日本武尊と立石

神奈川県平塚市


大昔、日本武尊という人が大勢の兵士を連れ、駿河から相模へやってきた。大山から下を見渡したところ、南のほうの山で光るものがある。不思議に思い、その地・吉沢を訪ねると、人々が吉沢の山の立石という大石を巻いて根城にするおろちに害され困っているのだった。

尊が見た光は、この大蛇の目が光ったところだったのだ。尊は村人の願いを受け、おろちを討つべく山へ入った。すると、白髭の老人が現れ、自分は山の日の宮という神だが、おろちに封じられ里人は害され困っている、と訴えた。土地の神まで困らせるおろちに尊は怒り、立石に向かった。

すると、戻った日の宮を締め付け苦しめているおろちがいた。そこで尊はおろちの先祖・八岐おろちから素戔鳴命が得た剣・天叢雲剣を抜き、斬りかかった。天叢雲剣はおろちたちが見ると目がつぶれるという剣だったので、おろちは驚きあわて、立石の下の穴に潜り込み、二度と出てこなかったという。

でも、おろちは立石を七回り半まわる者がいたら、穴から出てやると思っているので、立石は回ってはいけないといわれている。

『むかしばなし 続・平塚ものがたり』
今泉義廣(稲元屋)より要約

追記

平塚市上吉沢・下吉沢の南西奥に日之宮山とあり、日之宮の石祠があり、近くに立石もある。大日孁貴神を祀るとされるが、イメージは白髭の老爺であったようだ。

ここから秦野のほうにかけて、日本武尊伝説がよくあるが、秦野のほうは御嶽神社が尊を祀るとなって以降、近世以降語られたものと思われ、吉沢も上下双方祀る八剱神社が尊を祀るとなってこういった伝説が語られるようになったのだろうと思われる。

ただ、立石(尊の腰掛石との話もある)は下部がT字に割れ、いかにも要石的な雰囲気を持つ石であり、その下に大蛇が逃げ込み出てくる機会をうかがっているというのは見逃せない(近く「ゆるぎの丘」というのは餘綾のことだろうが)。

なお、日本武尊が蛇を石下に封じるという似たところのある話が、房総半島東京湾側に見える(「貝渕の日枝神社伝説」)。
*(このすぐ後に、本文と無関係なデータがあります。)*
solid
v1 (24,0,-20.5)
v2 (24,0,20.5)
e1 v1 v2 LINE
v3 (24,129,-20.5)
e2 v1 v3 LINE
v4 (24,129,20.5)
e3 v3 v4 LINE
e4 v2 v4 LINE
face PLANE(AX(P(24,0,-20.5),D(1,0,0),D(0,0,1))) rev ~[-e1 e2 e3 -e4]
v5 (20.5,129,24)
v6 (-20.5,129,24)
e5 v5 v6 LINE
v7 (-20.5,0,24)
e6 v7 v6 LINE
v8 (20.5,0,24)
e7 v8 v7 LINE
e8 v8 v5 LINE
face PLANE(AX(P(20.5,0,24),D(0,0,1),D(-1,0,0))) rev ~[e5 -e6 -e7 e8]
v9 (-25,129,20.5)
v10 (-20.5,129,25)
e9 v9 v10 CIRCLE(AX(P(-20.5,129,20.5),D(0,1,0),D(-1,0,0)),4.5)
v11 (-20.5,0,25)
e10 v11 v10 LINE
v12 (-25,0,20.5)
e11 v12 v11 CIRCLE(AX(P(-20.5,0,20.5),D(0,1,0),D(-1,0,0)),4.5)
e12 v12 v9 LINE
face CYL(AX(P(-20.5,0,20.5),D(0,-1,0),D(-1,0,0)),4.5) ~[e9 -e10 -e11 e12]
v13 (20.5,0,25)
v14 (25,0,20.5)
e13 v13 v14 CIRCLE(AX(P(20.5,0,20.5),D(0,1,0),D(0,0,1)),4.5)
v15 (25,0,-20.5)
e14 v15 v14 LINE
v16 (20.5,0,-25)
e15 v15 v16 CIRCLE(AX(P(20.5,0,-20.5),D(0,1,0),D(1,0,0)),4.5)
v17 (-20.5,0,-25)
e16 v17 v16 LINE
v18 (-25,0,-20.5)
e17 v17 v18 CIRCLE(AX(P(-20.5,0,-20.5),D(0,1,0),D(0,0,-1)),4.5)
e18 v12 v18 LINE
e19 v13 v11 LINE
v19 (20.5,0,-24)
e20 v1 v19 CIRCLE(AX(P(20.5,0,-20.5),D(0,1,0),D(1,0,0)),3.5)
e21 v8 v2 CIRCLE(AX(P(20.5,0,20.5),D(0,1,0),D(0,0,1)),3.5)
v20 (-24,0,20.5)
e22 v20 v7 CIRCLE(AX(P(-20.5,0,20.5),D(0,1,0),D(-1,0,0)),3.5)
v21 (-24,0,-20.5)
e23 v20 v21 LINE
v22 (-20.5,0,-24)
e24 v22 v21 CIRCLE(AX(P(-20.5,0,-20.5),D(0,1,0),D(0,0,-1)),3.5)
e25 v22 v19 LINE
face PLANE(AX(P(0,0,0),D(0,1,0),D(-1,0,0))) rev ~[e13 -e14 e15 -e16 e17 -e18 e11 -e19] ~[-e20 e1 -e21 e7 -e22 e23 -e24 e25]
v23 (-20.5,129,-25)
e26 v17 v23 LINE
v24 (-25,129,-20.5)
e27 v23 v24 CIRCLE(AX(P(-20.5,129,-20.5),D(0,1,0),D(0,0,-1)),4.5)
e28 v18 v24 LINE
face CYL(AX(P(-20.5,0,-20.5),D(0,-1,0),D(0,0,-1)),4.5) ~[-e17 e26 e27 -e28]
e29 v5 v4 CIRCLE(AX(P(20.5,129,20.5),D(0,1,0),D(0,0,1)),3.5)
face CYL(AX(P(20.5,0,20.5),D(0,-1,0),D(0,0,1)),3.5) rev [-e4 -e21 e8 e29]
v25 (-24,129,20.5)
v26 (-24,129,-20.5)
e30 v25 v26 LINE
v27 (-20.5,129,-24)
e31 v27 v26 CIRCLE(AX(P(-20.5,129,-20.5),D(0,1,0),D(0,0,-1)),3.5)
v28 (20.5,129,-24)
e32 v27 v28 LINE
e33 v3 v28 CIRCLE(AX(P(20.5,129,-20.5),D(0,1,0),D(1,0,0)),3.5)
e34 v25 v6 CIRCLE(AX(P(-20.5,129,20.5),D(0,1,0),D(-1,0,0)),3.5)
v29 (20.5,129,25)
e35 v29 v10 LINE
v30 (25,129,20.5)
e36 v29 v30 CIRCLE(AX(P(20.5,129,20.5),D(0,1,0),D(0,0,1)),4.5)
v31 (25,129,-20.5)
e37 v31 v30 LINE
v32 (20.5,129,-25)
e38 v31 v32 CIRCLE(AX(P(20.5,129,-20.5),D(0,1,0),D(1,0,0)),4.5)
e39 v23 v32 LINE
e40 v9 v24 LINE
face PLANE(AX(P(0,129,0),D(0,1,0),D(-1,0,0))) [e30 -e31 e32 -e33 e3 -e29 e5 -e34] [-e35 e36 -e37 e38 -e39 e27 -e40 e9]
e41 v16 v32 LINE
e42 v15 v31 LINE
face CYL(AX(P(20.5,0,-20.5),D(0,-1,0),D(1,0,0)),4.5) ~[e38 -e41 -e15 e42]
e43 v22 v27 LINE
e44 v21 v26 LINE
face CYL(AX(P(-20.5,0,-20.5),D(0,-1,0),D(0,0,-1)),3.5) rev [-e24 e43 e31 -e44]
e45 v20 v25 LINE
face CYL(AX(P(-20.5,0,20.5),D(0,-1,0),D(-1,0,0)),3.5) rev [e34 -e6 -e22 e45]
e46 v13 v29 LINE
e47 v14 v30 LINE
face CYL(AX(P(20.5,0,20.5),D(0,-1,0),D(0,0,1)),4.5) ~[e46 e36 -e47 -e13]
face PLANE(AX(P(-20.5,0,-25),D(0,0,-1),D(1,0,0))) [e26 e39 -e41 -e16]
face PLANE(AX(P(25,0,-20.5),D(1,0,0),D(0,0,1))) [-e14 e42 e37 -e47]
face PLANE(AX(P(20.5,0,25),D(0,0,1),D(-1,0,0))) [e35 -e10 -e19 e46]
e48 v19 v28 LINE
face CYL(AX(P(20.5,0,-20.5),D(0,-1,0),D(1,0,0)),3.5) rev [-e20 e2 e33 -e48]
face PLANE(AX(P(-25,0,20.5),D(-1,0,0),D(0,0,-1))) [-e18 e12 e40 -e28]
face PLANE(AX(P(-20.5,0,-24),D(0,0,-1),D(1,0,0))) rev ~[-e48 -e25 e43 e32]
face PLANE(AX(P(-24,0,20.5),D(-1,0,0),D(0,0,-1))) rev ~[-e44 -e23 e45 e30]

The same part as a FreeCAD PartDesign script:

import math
import FreeCAD as App
import Part
import Sketcher
from FreeCAD import Vector

doc = App.newDocument("Part")
body = doc.addObject("PartDesign::Body", "Body")

# Sketch on XZ plane
sketch1 = body.newObject("Sketcher::SketchObject", "Sketch")
sketch1.AttachmentSupport = (doc.getObject("XZ_Plane"), [""])
sketch1.MapMode = "FlatFace"
sketch1.addGeometry([
    Part.LineSegment(Vector(25, 20.5, 0), Vector(25, -20.5, 0)),  # 0
    Part.ArcOfCircle(Part.Circle(Vector(20.5, -20.5, 0), Vector(0, 0, 1), 4.5), math.radians(-90), math.radians(0)),  # 1
    Part.LineSegment(Vector(20.5, -25, 0), Vector(-20.5, -25, 0)),  # 2
    Part.ArcOfCircle(Part.Circle(Vector(-20.5, -20.5, 0), Vector(0, 0, 1), 4.5), math.radians(180), math.radians(270)),  # 3
    Part.LineSegment(Vector(-25, -20.5, 0), Vector(-25, 20.5, 0)),  # 4
    Part.ArcOfCircle(Part.Circle(Vector(-20.5, 20.5, 0), Vector(0, 0, 1), 4.5), math.radians(90), math.radians(180)),  # 5
    Part.LineSegment(Vector(-20.5, 25, 0), Vector(20.5, 25, 0)),  # 6
    Part.ArcOfCircle(Part.Circle(Vector(20.5, 20.5, 0), Vector(0, 0, 1), 4.5), math.radians(0), math.radians(90)),  # 7
    Part.ArcOfCircle(Part.Circle(Vector(-20.5, -20.5, 0), Vector(0, 0, 1), 3.5), math.radians(180), math.radians(270)),  # 8
    Part.LineSegment(Vector(-20.5, -24, 0), Vector(20.5, -24, 0)),  # 9
    Part.ArcOfCircle(Part.Circle(Vector(20.5, -20.5, 0), Vector(0, 0, 1), 3.5), math.radians(-90), math.radians(0)),  # 10
    Part.LineSegment(Vector(24, -20.5, 0), Vector(24, 20.5, 0)),  # 11
    Part.ArcOfCircle(Part.Circle(Vector(20.5, 20.5, 0), Vector(0, 0, 1), 3.5), math.radians(0), math.radians(90)),  # 12
    Part.LineSegment(Vector(20.5, 24, 0), Vector(-20.5, 24, 0)),  # 13
    Part.ArcOfCircle(Part.Circle(Vector(-20.5, 20.5, 0), Vector(0, 0, 1), 3.5), math.radians(90), math.radians(180)),  # 14
    Part.LineSegment(Vector(-24, 20.5, 0), Vector(-24, -20.5, 0)),  # 15
], False)
sketch1.addConstraint([
    Sketcher.Constraint("Tangent", 0, 2, 1, 2),
    Sketcher.Constraint("Tangent", 1, 1, 2, 1),
    Sketcher.Constraint("Tangent", 2, 2, 3, 2),
    Sketcher.Constraint("Tangent", 3, 1, 4, 1),
    Sketcher.Constraint("Tangent", 4, 2, 5, 2),
    Sketcher.Constraint("Tangent", 5, 1, 6, 1),
    Sketcher.Constraint("Tangent", 6, 2, 7, 2),
    Sketcher.Constraint("Tangent", 7, 1, 0, 1),
    Sketcher.Constraint("Tangent", 8, 2, 9, 1),
    Sketcher.Constraint("Tangent", 9, 2, 10, 1),
    Sketcher.Constraint("Tangent", 10, 2, 11, 1),
    Sketcher.Constraint("Tangent", 11, 2, 12, 1),
    Sketcher.Constraint("Tangent", 12, 2, 13, 1),
    Sketcher.Constraint("Tangent", 13, 2, 14, 1),
    Sketcher.Constraint("Tangent", 14, 2, 15, 1),
    Sketcher.Constraint("Tangent", 15, 2, 8, 1),
    Sketcher.Constraint("Vertical", 0),
    Sketcher.Constraint("Horizontal", 2),
    Sketcher.Constraint("Vertical", 4),
    Sketcher.Constraint("Horizontal", 6),
    Sketcher.Constraint("Horizontal", 9),
    Sketcher.Constraint("Vertical", 11),
    Sketcher.Constraint("Horizontal", 13),
    Sketcher.Constraint("Vertical", 15),
    Sketcher.Constraint("Coincident", 8, 3, 3, 3),
    Sketcher.Constraint("Coincident", 10, 3, 1, 3),
    Sketcher.Constraint("Coincident", 12, 3, 7, 3),
    Sketcher.Constraint("Equal", 1, 3),
    Sketcher.Constraint("Equal", 3, 5),
    Sketcher.Constraint("Equal", 5, 7),
    Sketcher.Constraint("Equal", 12, 14),
    Sketcher.Constraint("Symmetric", 1, 3, 5, 3, -1, 1),
    Sketcher.Constraint("Equal", 13, 0),
    Sketcher.Constraint("Radius", 1, 4.5),
    Sketcher.Constraint("DistanceX", -1, 1, 0, 2, 25.0),
    Sketcher.Constraint("DistanceY", 2, 2, 8, 2, 1.0),
])
pad1 = body.newObject("PartDesign::Pad", "Pad")
pad1.Profile = sketch1
pad1.Length = 129
pad1.Reversed = True

doc.recompute()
尊の伝説はどこも多分に「平定」の色合いを帯びるが、それらもそうだ。

さらに、八剱神社絡みと見るなら、信州のほうに目を向けたいが、釜無川から立場川を遡るあたりに、尊の大蛇討伐で地名の由来を語る地域がある(「釜無川ぞいの地名縁起」)。そちらも併せ見ておかれたい。